WHAT TO WORK ON:
Find "v -5.002 -0.995 4" and "v -3.606 -3.606 3" in the records below. Copy the lines holding them and every line between, exactly, and no others.

GIVEN DATA:
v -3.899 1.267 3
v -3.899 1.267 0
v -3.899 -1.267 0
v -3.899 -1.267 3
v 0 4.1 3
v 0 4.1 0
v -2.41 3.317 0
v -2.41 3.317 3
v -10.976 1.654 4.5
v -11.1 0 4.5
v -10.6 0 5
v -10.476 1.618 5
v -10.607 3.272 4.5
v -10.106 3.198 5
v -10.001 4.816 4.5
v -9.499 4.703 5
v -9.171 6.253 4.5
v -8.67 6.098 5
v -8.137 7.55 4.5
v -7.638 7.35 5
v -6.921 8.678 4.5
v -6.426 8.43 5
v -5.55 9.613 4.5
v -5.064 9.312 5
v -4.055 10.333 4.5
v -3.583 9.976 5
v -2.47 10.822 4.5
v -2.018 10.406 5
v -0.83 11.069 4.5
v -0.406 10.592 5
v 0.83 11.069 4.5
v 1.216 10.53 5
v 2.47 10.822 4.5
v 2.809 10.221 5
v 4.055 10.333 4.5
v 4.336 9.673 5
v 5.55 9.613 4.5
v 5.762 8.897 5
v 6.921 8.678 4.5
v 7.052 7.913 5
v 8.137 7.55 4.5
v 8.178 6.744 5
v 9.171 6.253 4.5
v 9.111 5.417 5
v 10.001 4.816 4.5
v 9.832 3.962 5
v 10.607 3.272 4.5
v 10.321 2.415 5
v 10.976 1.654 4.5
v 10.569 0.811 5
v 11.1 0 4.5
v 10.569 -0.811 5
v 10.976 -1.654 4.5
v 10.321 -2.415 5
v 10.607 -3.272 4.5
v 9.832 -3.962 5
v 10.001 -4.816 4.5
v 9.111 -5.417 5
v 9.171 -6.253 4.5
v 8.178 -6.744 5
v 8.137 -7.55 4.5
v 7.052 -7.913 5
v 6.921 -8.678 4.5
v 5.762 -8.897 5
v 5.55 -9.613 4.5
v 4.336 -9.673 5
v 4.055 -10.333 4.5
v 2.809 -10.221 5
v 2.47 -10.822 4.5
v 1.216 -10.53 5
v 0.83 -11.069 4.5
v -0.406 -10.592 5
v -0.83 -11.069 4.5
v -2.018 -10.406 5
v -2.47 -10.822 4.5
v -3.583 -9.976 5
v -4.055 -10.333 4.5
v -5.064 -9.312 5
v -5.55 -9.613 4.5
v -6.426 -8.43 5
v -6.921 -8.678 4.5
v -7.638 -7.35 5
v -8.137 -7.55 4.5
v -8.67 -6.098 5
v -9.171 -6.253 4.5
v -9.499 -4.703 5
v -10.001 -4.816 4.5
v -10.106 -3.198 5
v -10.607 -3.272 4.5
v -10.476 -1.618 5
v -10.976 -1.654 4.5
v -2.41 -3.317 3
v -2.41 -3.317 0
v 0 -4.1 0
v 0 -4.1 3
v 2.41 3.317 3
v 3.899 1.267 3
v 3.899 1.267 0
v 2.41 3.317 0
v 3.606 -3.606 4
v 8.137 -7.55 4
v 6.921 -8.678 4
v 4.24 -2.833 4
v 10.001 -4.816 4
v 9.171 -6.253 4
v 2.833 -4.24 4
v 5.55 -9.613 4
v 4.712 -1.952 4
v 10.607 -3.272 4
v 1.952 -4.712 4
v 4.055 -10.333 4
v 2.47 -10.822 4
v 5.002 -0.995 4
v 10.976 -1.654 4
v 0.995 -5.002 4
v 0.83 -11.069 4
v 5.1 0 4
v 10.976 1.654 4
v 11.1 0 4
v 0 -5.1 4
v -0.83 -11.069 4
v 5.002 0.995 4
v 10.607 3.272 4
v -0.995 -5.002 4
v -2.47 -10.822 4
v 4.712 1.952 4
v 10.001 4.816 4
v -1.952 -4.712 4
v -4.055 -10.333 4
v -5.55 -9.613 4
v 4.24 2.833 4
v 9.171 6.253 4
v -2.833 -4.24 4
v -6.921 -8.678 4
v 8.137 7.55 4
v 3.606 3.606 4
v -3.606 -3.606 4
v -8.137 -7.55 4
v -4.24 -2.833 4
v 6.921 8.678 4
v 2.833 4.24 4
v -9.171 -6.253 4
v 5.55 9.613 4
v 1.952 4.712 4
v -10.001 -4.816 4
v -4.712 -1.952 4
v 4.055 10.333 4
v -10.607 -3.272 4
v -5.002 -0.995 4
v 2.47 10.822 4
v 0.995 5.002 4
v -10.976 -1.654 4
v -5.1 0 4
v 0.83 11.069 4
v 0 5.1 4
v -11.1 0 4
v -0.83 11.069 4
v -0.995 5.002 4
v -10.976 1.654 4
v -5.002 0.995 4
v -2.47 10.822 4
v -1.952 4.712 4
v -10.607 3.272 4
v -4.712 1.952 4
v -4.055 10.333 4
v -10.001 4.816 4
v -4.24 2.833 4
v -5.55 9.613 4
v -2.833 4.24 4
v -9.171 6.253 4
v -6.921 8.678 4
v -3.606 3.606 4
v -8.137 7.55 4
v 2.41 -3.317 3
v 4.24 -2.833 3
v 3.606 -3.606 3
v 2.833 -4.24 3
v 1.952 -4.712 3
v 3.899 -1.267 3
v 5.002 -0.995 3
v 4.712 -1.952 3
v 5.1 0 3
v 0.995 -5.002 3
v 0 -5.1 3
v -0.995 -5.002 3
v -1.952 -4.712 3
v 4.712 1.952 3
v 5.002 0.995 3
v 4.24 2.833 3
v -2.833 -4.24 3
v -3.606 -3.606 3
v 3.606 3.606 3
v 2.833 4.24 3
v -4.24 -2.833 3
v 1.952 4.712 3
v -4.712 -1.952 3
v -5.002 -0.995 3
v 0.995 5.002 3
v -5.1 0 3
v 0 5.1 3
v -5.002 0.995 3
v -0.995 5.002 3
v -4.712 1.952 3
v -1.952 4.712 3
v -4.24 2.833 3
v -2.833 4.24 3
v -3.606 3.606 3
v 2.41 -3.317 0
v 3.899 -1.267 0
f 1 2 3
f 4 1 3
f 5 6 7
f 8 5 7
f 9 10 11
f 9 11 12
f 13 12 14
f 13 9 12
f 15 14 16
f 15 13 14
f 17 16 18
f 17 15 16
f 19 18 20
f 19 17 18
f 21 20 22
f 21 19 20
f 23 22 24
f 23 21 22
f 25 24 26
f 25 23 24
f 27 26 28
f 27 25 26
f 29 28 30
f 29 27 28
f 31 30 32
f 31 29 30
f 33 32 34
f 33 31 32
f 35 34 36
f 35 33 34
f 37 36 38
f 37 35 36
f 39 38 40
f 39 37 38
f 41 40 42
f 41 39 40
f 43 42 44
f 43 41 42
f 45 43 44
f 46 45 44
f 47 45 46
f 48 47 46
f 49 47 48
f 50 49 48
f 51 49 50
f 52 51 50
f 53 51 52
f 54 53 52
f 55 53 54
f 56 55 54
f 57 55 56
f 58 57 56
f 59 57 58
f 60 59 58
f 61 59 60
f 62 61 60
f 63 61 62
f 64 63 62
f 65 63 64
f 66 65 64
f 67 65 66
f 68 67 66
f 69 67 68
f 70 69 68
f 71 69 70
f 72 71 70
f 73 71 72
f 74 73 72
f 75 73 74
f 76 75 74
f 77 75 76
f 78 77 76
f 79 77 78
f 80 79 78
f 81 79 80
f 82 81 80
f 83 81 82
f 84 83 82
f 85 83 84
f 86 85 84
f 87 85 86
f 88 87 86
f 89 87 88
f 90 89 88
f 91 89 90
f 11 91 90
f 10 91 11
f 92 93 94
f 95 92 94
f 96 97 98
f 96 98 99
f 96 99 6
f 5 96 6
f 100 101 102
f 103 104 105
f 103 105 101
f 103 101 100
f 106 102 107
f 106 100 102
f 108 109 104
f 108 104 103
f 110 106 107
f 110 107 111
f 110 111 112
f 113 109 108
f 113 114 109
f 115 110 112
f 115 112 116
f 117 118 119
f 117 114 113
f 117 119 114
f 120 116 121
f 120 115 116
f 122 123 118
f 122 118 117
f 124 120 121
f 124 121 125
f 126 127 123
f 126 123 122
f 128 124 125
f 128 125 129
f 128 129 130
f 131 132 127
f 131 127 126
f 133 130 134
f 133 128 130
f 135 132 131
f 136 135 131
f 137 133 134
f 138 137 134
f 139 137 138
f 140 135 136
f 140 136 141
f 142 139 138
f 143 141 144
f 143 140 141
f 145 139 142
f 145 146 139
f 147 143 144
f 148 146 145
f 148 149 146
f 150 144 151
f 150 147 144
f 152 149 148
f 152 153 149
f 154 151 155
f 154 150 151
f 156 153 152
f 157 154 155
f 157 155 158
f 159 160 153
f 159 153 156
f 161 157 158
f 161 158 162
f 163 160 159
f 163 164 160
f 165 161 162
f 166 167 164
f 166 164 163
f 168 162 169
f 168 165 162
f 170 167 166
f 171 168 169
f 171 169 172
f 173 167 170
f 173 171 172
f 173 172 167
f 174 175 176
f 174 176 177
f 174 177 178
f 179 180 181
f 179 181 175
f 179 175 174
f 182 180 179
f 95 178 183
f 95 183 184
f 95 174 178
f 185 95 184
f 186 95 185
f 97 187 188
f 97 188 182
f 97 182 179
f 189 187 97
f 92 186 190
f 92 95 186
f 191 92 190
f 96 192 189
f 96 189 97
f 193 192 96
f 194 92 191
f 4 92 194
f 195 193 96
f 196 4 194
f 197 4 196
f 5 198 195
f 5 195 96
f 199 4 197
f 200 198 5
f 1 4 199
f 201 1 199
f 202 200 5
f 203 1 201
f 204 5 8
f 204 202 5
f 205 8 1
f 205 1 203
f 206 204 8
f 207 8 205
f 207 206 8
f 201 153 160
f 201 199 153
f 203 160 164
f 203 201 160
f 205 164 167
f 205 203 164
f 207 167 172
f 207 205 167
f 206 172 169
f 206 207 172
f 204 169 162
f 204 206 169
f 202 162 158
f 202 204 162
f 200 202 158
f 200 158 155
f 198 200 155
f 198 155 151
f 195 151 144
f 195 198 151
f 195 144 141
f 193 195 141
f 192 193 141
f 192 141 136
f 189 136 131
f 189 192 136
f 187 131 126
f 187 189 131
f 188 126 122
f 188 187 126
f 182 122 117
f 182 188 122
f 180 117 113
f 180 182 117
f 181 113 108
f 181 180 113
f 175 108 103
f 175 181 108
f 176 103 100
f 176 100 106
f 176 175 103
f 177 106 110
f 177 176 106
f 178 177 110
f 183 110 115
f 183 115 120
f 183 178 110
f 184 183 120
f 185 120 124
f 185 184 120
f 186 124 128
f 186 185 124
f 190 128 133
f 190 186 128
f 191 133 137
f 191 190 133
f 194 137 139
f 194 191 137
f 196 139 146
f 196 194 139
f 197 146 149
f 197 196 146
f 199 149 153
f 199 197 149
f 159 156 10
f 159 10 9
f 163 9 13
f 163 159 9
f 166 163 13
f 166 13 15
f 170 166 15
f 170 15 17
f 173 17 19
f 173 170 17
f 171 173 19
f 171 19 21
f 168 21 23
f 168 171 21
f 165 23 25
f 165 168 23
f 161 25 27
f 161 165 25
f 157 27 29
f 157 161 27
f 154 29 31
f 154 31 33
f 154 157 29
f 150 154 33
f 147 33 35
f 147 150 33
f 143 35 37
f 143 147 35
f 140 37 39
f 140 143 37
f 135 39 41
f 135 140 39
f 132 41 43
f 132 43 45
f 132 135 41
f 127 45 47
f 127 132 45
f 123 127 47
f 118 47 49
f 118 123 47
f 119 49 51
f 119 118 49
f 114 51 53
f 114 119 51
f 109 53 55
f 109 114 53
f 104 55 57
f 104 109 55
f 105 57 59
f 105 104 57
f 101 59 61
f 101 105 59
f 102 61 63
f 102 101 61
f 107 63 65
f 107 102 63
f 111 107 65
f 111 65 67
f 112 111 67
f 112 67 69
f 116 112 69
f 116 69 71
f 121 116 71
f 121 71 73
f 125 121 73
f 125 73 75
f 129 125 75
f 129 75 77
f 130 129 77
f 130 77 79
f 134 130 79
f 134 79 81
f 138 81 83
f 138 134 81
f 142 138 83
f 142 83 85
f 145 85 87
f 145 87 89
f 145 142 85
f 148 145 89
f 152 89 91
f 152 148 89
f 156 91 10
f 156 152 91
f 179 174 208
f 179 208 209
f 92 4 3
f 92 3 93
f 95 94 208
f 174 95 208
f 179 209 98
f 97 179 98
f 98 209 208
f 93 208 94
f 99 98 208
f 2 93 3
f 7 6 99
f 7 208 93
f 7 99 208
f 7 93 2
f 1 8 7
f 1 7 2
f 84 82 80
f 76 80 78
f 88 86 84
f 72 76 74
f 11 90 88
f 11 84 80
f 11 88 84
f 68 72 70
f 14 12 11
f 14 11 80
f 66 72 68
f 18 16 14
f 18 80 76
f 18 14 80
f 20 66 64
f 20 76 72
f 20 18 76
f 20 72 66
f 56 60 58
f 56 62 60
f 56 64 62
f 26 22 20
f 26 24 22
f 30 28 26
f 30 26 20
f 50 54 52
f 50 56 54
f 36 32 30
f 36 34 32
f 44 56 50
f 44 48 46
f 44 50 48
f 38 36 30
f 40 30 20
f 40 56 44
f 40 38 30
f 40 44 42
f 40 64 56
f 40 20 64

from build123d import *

# Parameters (mm, degrees)
F2_SIZE  = 0.5
F4_DEPTH = 3


with BuildPart() as f1:
    # F0 (on Front) → F1 (revolve)
    with BuildSketch(Plane.XZ):
        Polygon((-4.1, 0), (0, 0), (0, 5), (-11.1, 5), (-11.1, 4), (-5.1, 4), (-5.1, 3), (-4.1, 3), align=None)
    revolve(axis=Axis((0, 0, 2.5), (0, 0, -1)))

    # F2
    f2_edges = [f1.edges().sort_by_distance(p)[0] for p in [
        (11.1, 0, 5),
    ]]
    chamfer(f2_edges, length=F2_SIZE)

    # F3 (on face) → F4 (cut)
    with BuildSketch(Plane(origin=(0, 0, 0), x_dir=(1, 0, 0), z_dir=(0, 0, -1))):
        with BuildLine():
            ThreePointArc((2.40992, 3.31697), (1.26697, 3.899332), (0, 4.1))
            Line((0, 4.1), (2.40992, 3.31697))
        make_face()
        with BuildLine():
            ThreePointArc((3.899332, 1.26697), (3.31697, 2.40992), (2.40992, 3.31697))
            Line((2.40992, 3.31697), (3.899332, 1.26697))
        make_face()
        with BuildLine():
            ThreePointArc((4.1, 0), (4.049522, 0.641381), (3.899332, 1.26697))
            Line((3.899332, 1.26697), (3.899332, -1.26697))
            ThreePointArc((3.899332, -1.26697), (4.049522, -0.641381), (4.1, 0))
        make_face()
        with BuildLine():
            ThreePointArc((2.40992, -3.31697), (3.31697, -2.40992), (3.899332, -1.26697))
            Line((3.899332, -1.26697), (2.40992, -3.31697))
        make_face()
        with BuildLine():
            ThreePointArc((0, -4.1), (1.26697, -3.899332), (2.40992, -3.31697))
            Line((2.40992, -3.31697), (0, -4.1))
        make_face()
        with BuildLine():
            Line((0, -4.1), (-2.40992, -3.31697))
            ThreePointArc((-2.40992, -3.31697), (-1.26697, -3.899332), (0, -4.1))
        make_face()
        with BuildLine():
            Line((-2.40992, -3.31697), (-3.899332, -1.26697))
            ThreePointArc((-3.899332, -1.26697), (-3.31697, -2.40992), (-2.40992, -3.31697))
        make_face()
        with BuildLine():
            Line((-3.899332, -1.26697), (-3.899332, 1.26697))
            ThreePointArc((-3.899332, 1.26697), (-4.1, 0), (-3.899332, -1.26697))
        make_face()
        with BuildLine():
            Line((-3.899332, 1.26697), (-2.40992, 3.31697))
            ThreePointArc((-2.40992, 3.31697), (-3.31697, 2.40992), (-3.899332, 1.26697))
        make_face()
        with BuildLine():
            Line((-2.40992, 3.31697), (0, 4.1))
            ThreePointArc((0, 4.1), (-1.26697, 3.899332), (-2.40992, 3.31697))
        make_face()
    extrude(amount=-F4_DEPTH, mode=Mode.SUBTRACT)


solid = f1.part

YOUR RESPONSE:
v -5.002 -0.995 4
v 2.47 10.822 4
v 0.995 5.002 4
v -10.976 -1.654 4
v -5.1 0 4
v 0.83 11.069 4
v 0 5.1 4
v -11.1 0 4
v -0.83 11.069 4
v -0.995 5.002 4
v -10.976 1.654 4
v -5.002 0.995 4
v -2.47 10.822 4
v -1.952 4.712 4
v -10.607 3.272 4
v -4.712 1.952 4
v -4.055 10.333 4
v -10.001 4.816 4
v -4.24 2.833 4
v -5.55 9.613 4
v -2.833 4.24 4
v -9.171 6.253 4
v -6.921 8.678 4
v -3.606 3.606 4
v -8.137 7.55 4
v 2.41 -3.317 3
v 4.24 -2.833 3
v 3.606 -3.606 3
v 2.833 -4.24 3
v 1.952 -4.712 3
v 3.899 -1.267 3
v 5.002 -0.995 3
v 4.712 -1.952 3
v 5.1 0 3
v 0.995 -5.002 3
v 0 -5.1 3
v -0.995 -5.002 3
v -1.952 -4.712 3
v 4.712 1.952 3
v 5.002 0.995 3
v 4.24 2.833 3
v -2.833 -4.24 3
v -3.606 -3.606 3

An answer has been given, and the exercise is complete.